### Task brief
From the line below that contains "e9 v9 v10 LINE" to the line that contains "e23 v20 v21 LINE", repeat every line exactly, both ends included, and nothing else.

Dataset entries:
....

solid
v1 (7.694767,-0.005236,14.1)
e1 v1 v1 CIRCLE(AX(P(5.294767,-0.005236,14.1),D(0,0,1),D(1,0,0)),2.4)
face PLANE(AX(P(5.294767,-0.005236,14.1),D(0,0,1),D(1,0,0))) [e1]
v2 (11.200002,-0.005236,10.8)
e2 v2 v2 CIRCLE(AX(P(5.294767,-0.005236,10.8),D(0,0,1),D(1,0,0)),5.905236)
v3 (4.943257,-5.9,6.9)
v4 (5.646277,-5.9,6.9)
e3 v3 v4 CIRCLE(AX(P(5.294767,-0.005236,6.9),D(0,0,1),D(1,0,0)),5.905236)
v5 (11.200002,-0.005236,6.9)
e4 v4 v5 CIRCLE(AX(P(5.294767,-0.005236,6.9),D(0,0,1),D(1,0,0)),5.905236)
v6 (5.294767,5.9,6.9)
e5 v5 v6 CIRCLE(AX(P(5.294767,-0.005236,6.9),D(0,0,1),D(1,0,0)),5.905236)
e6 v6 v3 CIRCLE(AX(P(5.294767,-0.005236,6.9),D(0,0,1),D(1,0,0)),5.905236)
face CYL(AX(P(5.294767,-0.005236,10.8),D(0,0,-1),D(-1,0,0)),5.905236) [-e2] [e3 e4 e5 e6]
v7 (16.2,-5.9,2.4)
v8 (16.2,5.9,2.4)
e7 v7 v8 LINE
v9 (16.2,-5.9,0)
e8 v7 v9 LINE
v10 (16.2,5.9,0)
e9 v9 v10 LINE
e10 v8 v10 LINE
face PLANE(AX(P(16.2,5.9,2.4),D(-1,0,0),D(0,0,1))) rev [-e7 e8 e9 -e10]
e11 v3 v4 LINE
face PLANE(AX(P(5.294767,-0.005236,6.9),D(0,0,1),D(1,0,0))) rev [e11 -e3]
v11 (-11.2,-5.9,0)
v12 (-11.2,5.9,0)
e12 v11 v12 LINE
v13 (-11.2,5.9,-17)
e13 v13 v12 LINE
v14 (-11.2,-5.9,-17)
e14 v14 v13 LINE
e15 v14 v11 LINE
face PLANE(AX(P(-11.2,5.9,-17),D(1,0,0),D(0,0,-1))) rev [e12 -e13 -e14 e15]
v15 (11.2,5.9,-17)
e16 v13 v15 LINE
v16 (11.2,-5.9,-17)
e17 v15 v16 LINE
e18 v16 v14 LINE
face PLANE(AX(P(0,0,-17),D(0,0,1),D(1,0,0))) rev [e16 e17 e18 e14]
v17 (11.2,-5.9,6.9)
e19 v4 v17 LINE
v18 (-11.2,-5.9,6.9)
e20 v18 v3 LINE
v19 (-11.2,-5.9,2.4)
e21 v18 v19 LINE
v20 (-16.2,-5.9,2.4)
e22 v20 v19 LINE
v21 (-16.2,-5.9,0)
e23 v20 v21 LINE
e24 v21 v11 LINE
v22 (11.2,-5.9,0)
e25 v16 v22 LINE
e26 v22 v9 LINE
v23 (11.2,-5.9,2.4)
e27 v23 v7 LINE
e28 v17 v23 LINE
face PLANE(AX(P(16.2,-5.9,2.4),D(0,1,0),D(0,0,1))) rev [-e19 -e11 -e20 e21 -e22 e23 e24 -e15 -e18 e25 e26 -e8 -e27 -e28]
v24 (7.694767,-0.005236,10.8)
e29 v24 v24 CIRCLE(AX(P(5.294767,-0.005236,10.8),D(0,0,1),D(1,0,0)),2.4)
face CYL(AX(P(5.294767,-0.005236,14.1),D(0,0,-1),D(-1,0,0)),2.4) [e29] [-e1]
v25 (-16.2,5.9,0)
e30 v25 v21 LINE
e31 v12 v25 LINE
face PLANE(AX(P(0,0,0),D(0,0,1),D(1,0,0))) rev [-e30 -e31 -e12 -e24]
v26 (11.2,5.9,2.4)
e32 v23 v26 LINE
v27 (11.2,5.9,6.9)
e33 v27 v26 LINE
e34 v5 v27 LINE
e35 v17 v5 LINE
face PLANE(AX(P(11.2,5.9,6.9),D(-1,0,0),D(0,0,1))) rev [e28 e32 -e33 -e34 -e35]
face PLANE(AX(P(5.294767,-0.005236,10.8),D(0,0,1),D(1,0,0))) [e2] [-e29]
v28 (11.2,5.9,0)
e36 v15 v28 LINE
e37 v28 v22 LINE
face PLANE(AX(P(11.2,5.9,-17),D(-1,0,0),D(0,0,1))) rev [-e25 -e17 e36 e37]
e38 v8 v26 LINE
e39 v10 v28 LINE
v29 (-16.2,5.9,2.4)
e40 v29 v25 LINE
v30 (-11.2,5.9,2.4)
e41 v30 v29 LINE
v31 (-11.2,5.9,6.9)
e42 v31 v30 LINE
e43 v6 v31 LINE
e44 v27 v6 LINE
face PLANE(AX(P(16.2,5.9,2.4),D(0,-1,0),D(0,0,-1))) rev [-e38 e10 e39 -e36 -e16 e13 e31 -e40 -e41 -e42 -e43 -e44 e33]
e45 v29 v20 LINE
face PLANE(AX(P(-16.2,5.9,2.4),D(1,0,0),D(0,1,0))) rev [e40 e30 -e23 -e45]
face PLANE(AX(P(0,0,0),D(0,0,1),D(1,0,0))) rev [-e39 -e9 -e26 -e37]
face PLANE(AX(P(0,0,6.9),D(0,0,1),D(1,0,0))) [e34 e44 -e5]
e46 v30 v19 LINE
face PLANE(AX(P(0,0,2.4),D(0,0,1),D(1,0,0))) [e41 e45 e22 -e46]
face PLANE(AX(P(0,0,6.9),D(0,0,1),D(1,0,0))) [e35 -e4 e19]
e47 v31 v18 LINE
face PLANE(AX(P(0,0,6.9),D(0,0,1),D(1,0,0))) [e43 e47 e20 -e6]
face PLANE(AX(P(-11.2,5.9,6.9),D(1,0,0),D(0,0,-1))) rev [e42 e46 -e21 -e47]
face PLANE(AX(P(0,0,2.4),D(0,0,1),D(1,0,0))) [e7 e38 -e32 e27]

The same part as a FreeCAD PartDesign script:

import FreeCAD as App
import Part
import Sketcher


def add_polygon(sketch, points):
    """Adds a closed chain of lines whose ends are joined by coincident constraints."""
    first, n = sketch.GeometryCount, len(points)
    for a, b in zip(points, points[1:] + points[:1]):
        sketch.addGeometry(Part.LineSegment(App.Vector(*a, 0), App.Vector(*b, 0)), False)
    for i in range(n):
        sketch.addConstraint(Sketcher.Constraint("Coincident", first + i, 2, first + (i + 1) % n, 1))

doc = App.newDocument("Part")
params = doc.addObject("Spreadsheet::Sheet", "Params")
for row, (alias, value) in enumerate([
    ("sketch1_width", "32.4 mm"),
    ("sketch1_height", "11.8 mm"),
    ("pad1_length", "2.4 mm"),
    ("sketch2_width", "22.4 mm"),
    ("sketch2_height", "11.8 mm"),
    ("pad2_length", "4.5 mm"),
    ("pad3_length", "3.9 mm"),
    ("sketch4_diameter", "4.8 mm"),
    ("pad4_length", "3.3 mm"),
    ("sketch5_width", "22.4 mm"),
    ("sketch5_height", "11.8 mm"),
    ("pad5_length", "17 mm"),
], start=1):
    params.set(f"A{row}", alias)
    params.set(f"B{row}", "=" + value)
    params.setAlias(f"B{row}", alias)

body = doc.addObject("PartDesign::Body", "Body")

sketch1 = body.newObject("Sketcher::SketchObject", "Sketch")
sketch1.AttachmentSupport = (doc.getObject("XY_Plane"), [""])
sketch1.MapMode = "FlatFace"
add_polygon(sketch1, [(-16, -6), (16, -6), (16, 6), (-16, 6)])
sketch1.addConstraint([
    Sketcher.Constraint("Horizontal", 0),
    Sketcher.Constraint("Vertical", 1),
    Sketcher.Constraint("Horizontal", 2),
    Sketcher.Constraint("Vertical", 3),
    Sketcher.Constraint("Symmetric", 0, 2, 2, 2, -1, 1),
    Sketcher.Constraint("DistanceX", 0, 1, 0, 2, 32.4),
    Sketcher.Constraint("DistanceY", 1, 1, 1, 2, 11.8),
])
sketch1.setExpression("Constraints[9]", "Params.sketch1_width")
sketch1.setExpression("Constraints[10]", "Params.sketch1_height")
pad1 = body.newObject("PartDesign::Pad", "Pad")
pad1.Profile = sketch1
pad1.setExpression("Length", "Params.pad1_length")

sketch2 = body.newObject("Sketcher::SketchObject", "Sketch001")
sketch2.AttachmentSupport = (doc.getObject("XY_Plane"), [""])
sketch2.MapMode = "FlatFace"
sketch2.AttachmentOffset = App.Placement(App.Vector(0, 0, 2.4), App.Rotation())
add_polygon(sketch2, [(-11, 6), (-11, -6), (11, -6), (11, 6)])
sketch2.addConstraint([
    Sketcher.Constraint("Vertical", 0),
    Sketcher.Constraint("Horizontal", 1),
    Sketcher.Constraint("Vertical", 2),
    Sketcher.Constraint("Horizontal", 3),
    Sketcher.Constraint("Symmetric", 0, 2, 2, 2, -1, 1),
    Sketcher.Constraint("DistanceX", 1, 1, 1, 2, 22.4),
    Sketcher.Constraint("DistanceY", 0, 2, 0, 1, 11.8),
])
sketch2.setExpression("Constraints[9]", "Params.sketch2_width")
sketch2.setExpression("Constraints[10]", "Params.sketch2_height")
pad2 = body.newObject("PartDesign::Pad", "Pad001")
pad2.Profile = sketch2
pad2.setExpression("Length", "Params.pad2_length")

sketch3 = body.newObject("Sketcher::SketchObject", "Sketch002")
sketch3.AttachmentSupport = (doc.getObject("XY_Plane"), [""])
sketch3.MapMode = "FlatFace"
sketch3.AttachmentOffset = App.Placement(App.Vector(0, 0, 6.9), App.Rotation())
sketch3.addGeometry(Part.Circle(App.Vector(5, 0, 0), App.Vector(0, 0, 1), 6), False)
sketch3.addConstraint([
    Sketcher.Constraint("Diameter", 0, 11.810471),
    Sketcher.Constraint("DistanceX", -1, 1, 0, 3, 5.294767),
    Sketcher.Constraint("DistanceY", 0, 3, -1, 1, 0.005236),
])
pad3 = body.newObject("PartDesign::Pad", "Pad002")
pad3.Profile = sketch3
pad3.setExpression("Length", "Params.pad3_length")

sketch4 = body.newObject("Sketcher::SketchObject", "Sketch003")
sketch4.AttachmentSupport = (doc.getObject("XY_Plane"), [""])
sketch4.MapMode = "FlatFace"
sketch4.AttachmentOffset = App.Placement(App.Vector(0, 0, 10.8), App.Rotation())
sketch4.addGeometry(Part.Circle(App.Vector(5.3, 0, 0), App.Vector(0, 0, 1), 2.4), False)
sketch4.addConstraint([
    Sketcher.Constraint("Diameter", 0, 4.8),
    Sketcher.Constraint("DistanceX", -1, 1, 0, 3, 5.294767),
    Sketcher.Constraint("DistanceY", 0, 3, -1, 1, 0.005236),
])
sketch4.setExpression("Constraints[0]", "Params.sketch4_diameter")
pad4 = body.newObject("PartDesign::Pad", "Pad003")
pad4.Profile = sketch4
pad4.setExpression("Length", "Params.pad4_length")

sketch5 = body.newObject("Sketcher::SketchObject", "Sketch004")
sketch5.AttachmentSupport = (doc.getObject("XY_Plane"), [""])
sketch5.MapMode = "FlatFace"
add_polygon(sketch5, [(-11, -6), (-11, 6), (11, 6), (11, -6)])
sketch5.addConstraint([
    Sketcher.Constraint("Vertical", 0),
    Sketcher.Constraint("Horizontal", 1),
    Sketcher.Constraint("Vertical", 2),
    Sketcher.Constraint("Horizontal", 3),
    Sketcher.Constraint("Symmetric", 0, 2, 2, 2, -1, 1),
    Sketcher.Constraint("DistanceX", 1, 1, 1, 2, 22.4),
    Sketcher.Constraint("DistanceY", 0, 1, 0, 2, 11.8),
])
sketch5.setExpression("Constraints[9]", "Params.sketch5_width")
sketch5.setExpression("Constraints[10]", "Params.sketch5_height")
pad5 = body.newObject("PartDesign::Pad", "Pad004")
pad5.Profile = sketch5
pad5.setExpression("Length", "Params.pad5_length")
pad5.Reversed = True

doc.recompute()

....

### Reply
e9 v9 v10 LINE
e10 v8 v10 LINE
face PLANE(AX(P(16.2,5.9,2.4),D(-1,0,0),D(0,0,1))) rev [-e7 e8 e9 -e10]
e11 v3 v4 LINE
face PLANE(AX(P(5.294767,-0.005236,6.9),D(0,0,1),D(1,0,0))) rev [e11 -e3]
v11 (-11.2,-5.9,0)
v12 (-11.2,5.9,0)
e12 v11 v12 LINE
v13 (-11.2,5.9,-17)
e13 v13 v12 LINE
v14 (-11.2,-5.9,-17)
e14 v14 v13 LINE
e15 v14 v11 LINE
face PLANE(AX(P(-11.2,5.9,-17),D(1,0,0),D(0,0,-1))) rev [e12 -e13 -e14 e15]
v15 (11.2,5.9,-17)
e16 v13 v15 LINE
v16 (11.2,-5.9,-17)
e17 v15 v16 LINE
e18 v16 v14 LINE
face PLANE(AX(P(0,0,-17),D(0,0,1),D(1,0,0))) rev [e16 e17 e18 e14]
v17 (11.2,-5.9,6.9)
e19 v4 v17 LINE
v18 (-11.2,-5.9,6.9)
e20 v18 v3 LINE
v19 (-11.2,-5.9,2.4)
e21 v18 v19 LINE
v20 (-16.2,-5.9,2.4)
e22 v20 v19 LINE
v21 (-16.2,-5.9,0)
e23 v20 v21 LINE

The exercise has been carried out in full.